Kristina Norman was born in 1979 in Tallinn where she also currently lives and works. She graduated the Estonian Academy of Arts with a BA in Printmaking (2003), and she continues her MA studies there. Norman represented Estonia with experimental documentary “The Pribalts” in “Arrivals>Art from the New Europe” program, Modern Art Oxford, UK (2006).

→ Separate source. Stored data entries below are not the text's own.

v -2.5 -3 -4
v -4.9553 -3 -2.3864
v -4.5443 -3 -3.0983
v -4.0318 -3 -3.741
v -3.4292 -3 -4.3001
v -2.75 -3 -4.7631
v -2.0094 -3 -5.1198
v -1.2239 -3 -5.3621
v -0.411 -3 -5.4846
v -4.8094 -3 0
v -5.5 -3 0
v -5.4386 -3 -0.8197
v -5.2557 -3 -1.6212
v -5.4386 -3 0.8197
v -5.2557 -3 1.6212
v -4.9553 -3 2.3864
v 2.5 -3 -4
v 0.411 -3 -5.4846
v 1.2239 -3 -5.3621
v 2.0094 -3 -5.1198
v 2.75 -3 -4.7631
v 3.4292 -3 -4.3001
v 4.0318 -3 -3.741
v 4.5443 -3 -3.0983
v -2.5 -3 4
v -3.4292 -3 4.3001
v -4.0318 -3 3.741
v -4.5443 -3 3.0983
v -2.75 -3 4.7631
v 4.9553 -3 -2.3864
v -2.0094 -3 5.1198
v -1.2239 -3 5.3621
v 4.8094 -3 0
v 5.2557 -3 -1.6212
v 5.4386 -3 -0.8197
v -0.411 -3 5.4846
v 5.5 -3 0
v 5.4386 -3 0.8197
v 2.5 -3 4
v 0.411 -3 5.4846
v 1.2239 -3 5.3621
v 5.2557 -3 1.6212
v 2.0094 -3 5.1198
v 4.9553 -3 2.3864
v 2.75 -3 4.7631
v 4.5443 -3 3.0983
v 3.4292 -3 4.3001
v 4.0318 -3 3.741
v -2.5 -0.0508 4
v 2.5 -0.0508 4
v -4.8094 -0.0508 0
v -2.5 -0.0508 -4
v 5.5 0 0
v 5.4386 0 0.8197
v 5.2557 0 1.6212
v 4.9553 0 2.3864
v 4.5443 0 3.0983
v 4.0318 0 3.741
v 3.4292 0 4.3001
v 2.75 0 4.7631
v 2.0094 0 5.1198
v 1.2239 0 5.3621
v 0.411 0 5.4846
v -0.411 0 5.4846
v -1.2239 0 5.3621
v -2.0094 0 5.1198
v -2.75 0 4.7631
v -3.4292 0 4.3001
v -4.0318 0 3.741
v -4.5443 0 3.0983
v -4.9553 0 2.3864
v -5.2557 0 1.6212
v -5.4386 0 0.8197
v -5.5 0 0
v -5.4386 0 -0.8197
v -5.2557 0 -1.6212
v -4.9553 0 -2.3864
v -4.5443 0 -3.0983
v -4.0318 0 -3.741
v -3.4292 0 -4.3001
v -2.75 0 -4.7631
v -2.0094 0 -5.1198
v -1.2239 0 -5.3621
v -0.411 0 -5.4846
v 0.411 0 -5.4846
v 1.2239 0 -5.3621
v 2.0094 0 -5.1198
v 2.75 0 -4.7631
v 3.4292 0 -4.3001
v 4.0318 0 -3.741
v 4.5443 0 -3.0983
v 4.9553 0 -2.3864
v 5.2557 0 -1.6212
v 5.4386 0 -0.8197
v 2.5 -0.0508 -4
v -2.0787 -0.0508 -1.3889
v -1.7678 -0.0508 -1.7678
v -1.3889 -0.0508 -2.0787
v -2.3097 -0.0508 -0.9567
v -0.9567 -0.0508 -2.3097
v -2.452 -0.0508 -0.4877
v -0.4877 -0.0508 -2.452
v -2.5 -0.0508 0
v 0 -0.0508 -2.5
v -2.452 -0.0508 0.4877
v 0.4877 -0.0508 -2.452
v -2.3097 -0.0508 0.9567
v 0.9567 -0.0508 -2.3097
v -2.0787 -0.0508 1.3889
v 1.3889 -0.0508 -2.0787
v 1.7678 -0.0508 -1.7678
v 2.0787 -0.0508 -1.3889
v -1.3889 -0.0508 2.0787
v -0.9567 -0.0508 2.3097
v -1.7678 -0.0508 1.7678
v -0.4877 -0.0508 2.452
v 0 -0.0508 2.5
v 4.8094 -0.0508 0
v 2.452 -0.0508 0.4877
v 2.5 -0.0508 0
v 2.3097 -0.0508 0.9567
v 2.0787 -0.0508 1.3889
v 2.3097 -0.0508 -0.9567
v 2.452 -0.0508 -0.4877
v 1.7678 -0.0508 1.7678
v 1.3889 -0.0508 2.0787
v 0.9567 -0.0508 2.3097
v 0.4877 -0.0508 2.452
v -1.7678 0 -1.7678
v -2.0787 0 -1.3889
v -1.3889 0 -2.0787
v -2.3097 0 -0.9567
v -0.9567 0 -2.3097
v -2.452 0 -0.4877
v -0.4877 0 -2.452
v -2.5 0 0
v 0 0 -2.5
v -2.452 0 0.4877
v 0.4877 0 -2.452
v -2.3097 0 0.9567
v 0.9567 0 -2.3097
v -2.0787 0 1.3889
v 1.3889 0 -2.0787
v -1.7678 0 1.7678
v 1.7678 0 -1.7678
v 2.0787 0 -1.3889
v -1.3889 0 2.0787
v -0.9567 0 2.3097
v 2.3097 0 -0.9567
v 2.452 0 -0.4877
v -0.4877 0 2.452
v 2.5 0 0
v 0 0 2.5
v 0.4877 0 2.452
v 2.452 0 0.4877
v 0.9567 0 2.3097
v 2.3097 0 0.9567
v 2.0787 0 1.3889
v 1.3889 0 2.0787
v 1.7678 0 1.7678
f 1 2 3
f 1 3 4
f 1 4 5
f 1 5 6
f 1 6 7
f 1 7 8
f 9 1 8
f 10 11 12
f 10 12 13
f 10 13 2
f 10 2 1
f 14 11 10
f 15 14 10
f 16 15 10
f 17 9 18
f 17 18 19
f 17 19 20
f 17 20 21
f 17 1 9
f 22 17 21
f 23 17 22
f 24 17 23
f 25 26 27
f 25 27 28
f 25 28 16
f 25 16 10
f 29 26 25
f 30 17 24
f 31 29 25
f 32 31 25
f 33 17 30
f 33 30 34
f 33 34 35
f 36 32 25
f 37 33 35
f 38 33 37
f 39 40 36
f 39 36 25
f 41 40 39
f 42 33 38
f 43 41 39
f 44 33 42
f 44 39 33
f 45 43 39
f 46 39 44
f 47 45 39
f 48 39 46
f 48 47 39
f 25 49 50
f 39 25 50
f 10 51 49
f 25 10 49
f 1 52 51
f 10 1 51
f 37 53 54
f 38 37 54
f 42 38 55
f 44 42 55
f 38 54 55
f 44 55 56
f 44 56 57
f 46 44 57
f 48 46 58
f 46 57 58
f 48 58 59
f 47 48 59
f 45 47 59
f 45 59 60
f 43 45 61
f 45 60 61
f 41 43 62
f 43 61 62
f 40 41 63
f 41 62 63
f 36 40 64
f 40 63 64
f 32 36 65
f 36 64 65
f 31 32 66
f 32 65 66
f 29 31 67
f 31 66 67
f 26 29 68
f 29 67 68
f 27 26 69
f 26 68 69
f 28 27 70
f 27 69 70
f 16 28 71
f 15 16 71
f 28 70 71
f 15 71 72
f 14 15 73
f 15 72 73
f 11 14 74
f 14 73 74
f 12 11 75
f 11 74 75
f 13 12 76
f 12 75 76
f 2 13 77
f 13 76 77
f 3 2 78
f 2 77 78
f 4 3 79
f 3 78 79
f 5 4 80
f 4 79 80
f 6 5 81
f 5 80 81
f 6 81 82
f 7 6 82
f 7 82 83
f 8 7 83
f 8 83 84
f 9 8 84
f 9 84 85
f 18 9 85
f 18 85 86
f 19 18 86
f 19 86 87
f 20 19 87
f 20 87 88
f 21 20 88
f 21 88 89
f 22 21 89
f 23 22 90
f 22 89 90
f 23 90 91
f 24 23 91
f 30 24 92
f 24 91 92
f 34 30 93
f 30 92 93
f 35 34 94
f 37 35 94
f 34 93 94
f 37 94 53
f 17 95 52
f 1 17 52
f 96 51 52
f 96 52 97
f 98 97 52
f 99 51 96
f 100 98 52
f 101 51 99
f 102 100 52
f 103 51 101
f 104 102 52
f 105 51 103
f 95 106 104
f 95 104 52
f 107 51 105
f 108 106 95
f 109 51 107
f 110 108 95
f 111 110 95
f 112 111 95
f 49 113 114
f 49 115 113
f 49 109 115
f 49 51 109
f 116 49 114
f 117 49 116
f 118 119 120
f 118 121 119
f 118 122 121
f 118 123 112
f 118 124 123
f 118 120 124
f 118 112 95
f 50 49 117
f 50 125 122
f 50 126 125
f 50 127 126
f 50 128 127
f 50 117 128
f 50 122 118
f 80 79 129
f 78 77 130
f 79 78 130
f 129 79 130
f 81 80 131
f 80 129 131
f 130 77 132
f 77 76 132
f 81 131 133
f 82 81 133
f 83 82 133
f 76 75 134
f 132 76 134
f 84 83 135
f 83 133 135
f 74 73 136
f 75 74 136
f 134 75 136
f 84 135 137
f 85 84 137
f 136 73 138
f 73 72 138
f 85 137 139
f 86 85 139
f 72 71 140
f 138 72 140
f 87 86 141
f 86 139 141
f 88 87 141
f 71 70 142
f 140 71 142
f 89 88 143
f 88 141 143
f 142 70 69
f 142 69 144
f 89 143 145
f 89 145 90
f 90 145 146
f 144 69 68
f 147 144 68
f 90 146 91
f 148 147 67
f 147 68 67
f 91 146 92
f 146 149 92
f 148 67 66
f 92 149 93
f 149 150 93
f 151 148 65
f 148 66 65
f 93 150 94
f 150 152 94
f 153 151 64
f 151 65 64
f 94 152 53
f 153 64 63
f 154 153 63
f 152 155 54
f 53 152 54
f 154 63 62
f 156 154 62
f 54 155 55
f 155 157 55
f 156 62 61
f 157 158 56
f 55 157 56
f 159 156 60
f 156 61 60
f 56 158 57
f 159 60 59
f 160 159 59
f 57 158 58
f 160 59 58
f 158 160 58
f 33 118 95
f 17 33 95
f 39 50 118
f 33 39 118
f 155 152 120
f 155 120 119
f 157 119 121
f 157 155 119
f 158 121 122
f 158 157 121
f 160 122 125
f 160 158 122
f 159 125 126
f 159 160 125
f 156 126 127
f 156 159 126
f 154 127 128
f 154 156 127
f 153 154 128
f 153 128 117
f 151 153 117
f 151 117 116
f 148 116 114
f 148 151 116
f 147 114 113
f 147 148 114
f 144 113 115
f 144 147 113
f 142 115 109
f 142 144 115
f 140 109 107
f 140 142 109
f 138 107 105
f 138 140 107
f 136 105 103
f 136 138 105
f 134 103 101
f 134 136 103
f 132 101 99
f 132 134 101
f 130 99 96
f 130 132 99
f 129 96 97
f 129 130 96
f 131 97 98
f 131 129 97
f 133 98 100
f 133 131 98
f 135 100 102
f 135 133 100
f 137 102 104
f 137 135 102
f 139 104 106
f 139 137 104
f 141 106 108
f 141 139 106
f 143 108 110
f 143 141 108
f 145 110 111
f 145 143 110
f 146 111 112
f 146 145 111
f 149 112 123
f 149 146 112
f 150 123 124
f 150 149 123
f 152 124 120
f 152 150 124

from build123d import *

# Parameters (mm, degrees)
F0_R     = 5.5000017
F1_DEPTH = 2.999994
F2_R     = 2.499995
F2_W     = 0.7533299053
F2_H     = 0.7162170781
F2_W_2   = 0.5293672881
F2_H_2   = 0.5760601295
F2_W_3   = 0.6473100061
F2_H_3   = 0.7012212299
F2_W_4   = 0.3967036741
F2_H_4   = 0.5668902525
F2_W_5   = 0.5837015153
F2_H_5   = 1.7340490769
F2_W_6   = 0.5672975831
F2_H_6   = 1.9103930295
F3_DEPTH = 0.0508


with BuildPart() as f1:
    # F0 (on Front) → F1 (new body)
    with BuildSketch(Plane.XZ):
        Circle(F0_R)
        Polygon((2.499995, -4.0000047), (-2.499995, -4.0000047), (-4.8093987903, 0), (-2.499995, 4.0000047), (2.499995, 4.0000047), (4.8093987903, 0), align=None, mode=Mode.SUBTRACT)
    extrude(amount=F1_DEPTH)

    # F2 (on Front) → F3 (join)
    with BuildSketch(Plane.XZ):
        Polygon((-3.3830750486, -2.5726628955), (-3.3830750486, -4.0979331759), (3.3830750486, -4.0979331759), (3.3830750486, -2.7493634261), (3.3830750486, -2.1733032967), (3.3830750486, 2.3381632997), (3.3830750486, 2.9050535522), (3.3830750486, 4.0979331759), (-3.3830750486, 4.0979331759), (-3.3830750486, 2.7106830385), (-3.3830750486, 2.0094618085), (-3.3830750486, -1.8564458175), align=None)
        Circle(F2_R, mode=Mode.SUBTRACT)
        with Locations((-3.7597400012, -2.2145543565)):
            Rectangle(F2_W, F2_H)
        with Locations((3.6477586926, -2.4613333614)):
            Rectangle(F2_W_2, F2_H_2)
        Polygon((-4.1364049539, -1.8564458175), (-3.3830750486, -1.8564458175), (-3.3830750486, 2.0094618085), (-4.0303850546, 2.0094618085), (-4.5122085367, 2.0094618085), (-4.5122085367, 0.8686301033), (-4.5122085367, -0.8654189736), (-4.5122085367, -1.8564458175), align=None)
        Polygon((3.3830750486, 2.3381632997), (3.3830750486, -2.1733032967), (3.9124423367, -2.1733032967), (4.4418096248, -2.1733032967), (4.4418096248, -0.8654189736), (4.4418096248, 1.0449740559), (4.4418096248, 2.3381632997), (3.7797787227, 2.3381632997), align=None)
        with Locations((-3.7067300516, 2.3600724235)):
            Rectangle(F2_W_3, F2_H_3)
        with Locations((3.5814268856, 2.621608426)):
            Rectangle(F2_W_4, F2_H_4)
        with Locations((-4.8040592943, 0.0016055649)):
            Rectangle(F2_W_5, F2_H_5)
        with Locations((4.7254584164, 0.0897775412)):
            Rectangle(F2_W_6, F2_H_6)
    extrude(amount=F3_DEPTH)


solid = f1.part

She participated in many international group exhibitions, amongs them, “Happy Together”, Tallinn Art Hall, Tallinn, Estonia (2009), “Dilemmas: Artists and the Idea of the Nation”, CEC ArtsLink, New York, USA (2008), “Friction and Conflict”, Kalmar Konstmuseum, Kalmar, Sweden (2008), 5th berlin biennial for contemporary art “When Things Cast No Shadow” (2008), “AgitPop”, LondonPrintStudio Gallery, London, UK (2008), “Is this Estonia we wanted?”, Rael Artel Gallery, Tartu, Estonia (2008), “Satellite Tunes – Art from the Post Soviet States”, Hungarian University of Fine Arts, Budapest, Hungary (2008), The Biennale of Young Artists, Tallinn (2007), “New Wave - Estonian Artists of the 21st Century” (curated by Anders Härm, Hanno Soans), Tallinn Art Hall, Tallinn, Estonia (2007), “KKK” - Exhibition of political art, (curated by Anders Härm), Tallinn Art Hall Gallery, Tallinn, Estonia (2007), “New Estonian Art” (curated by Anneli Porri), Võru Cultural Center Kannel, Võru, Estonia (2005). Her filmography includes “Monolith” (experimental documentary, 2007), “The Pribalts” (experimental documentary, 2006, Grand Prix of the Fideo ja Vilmi Festival, Pärnu, Estonia, 2006) and “The Field of Genius” (mocumentary, 2003). Kristina Norman will represent Estonia in the forthcoming Biennale of Art in Venice (2009).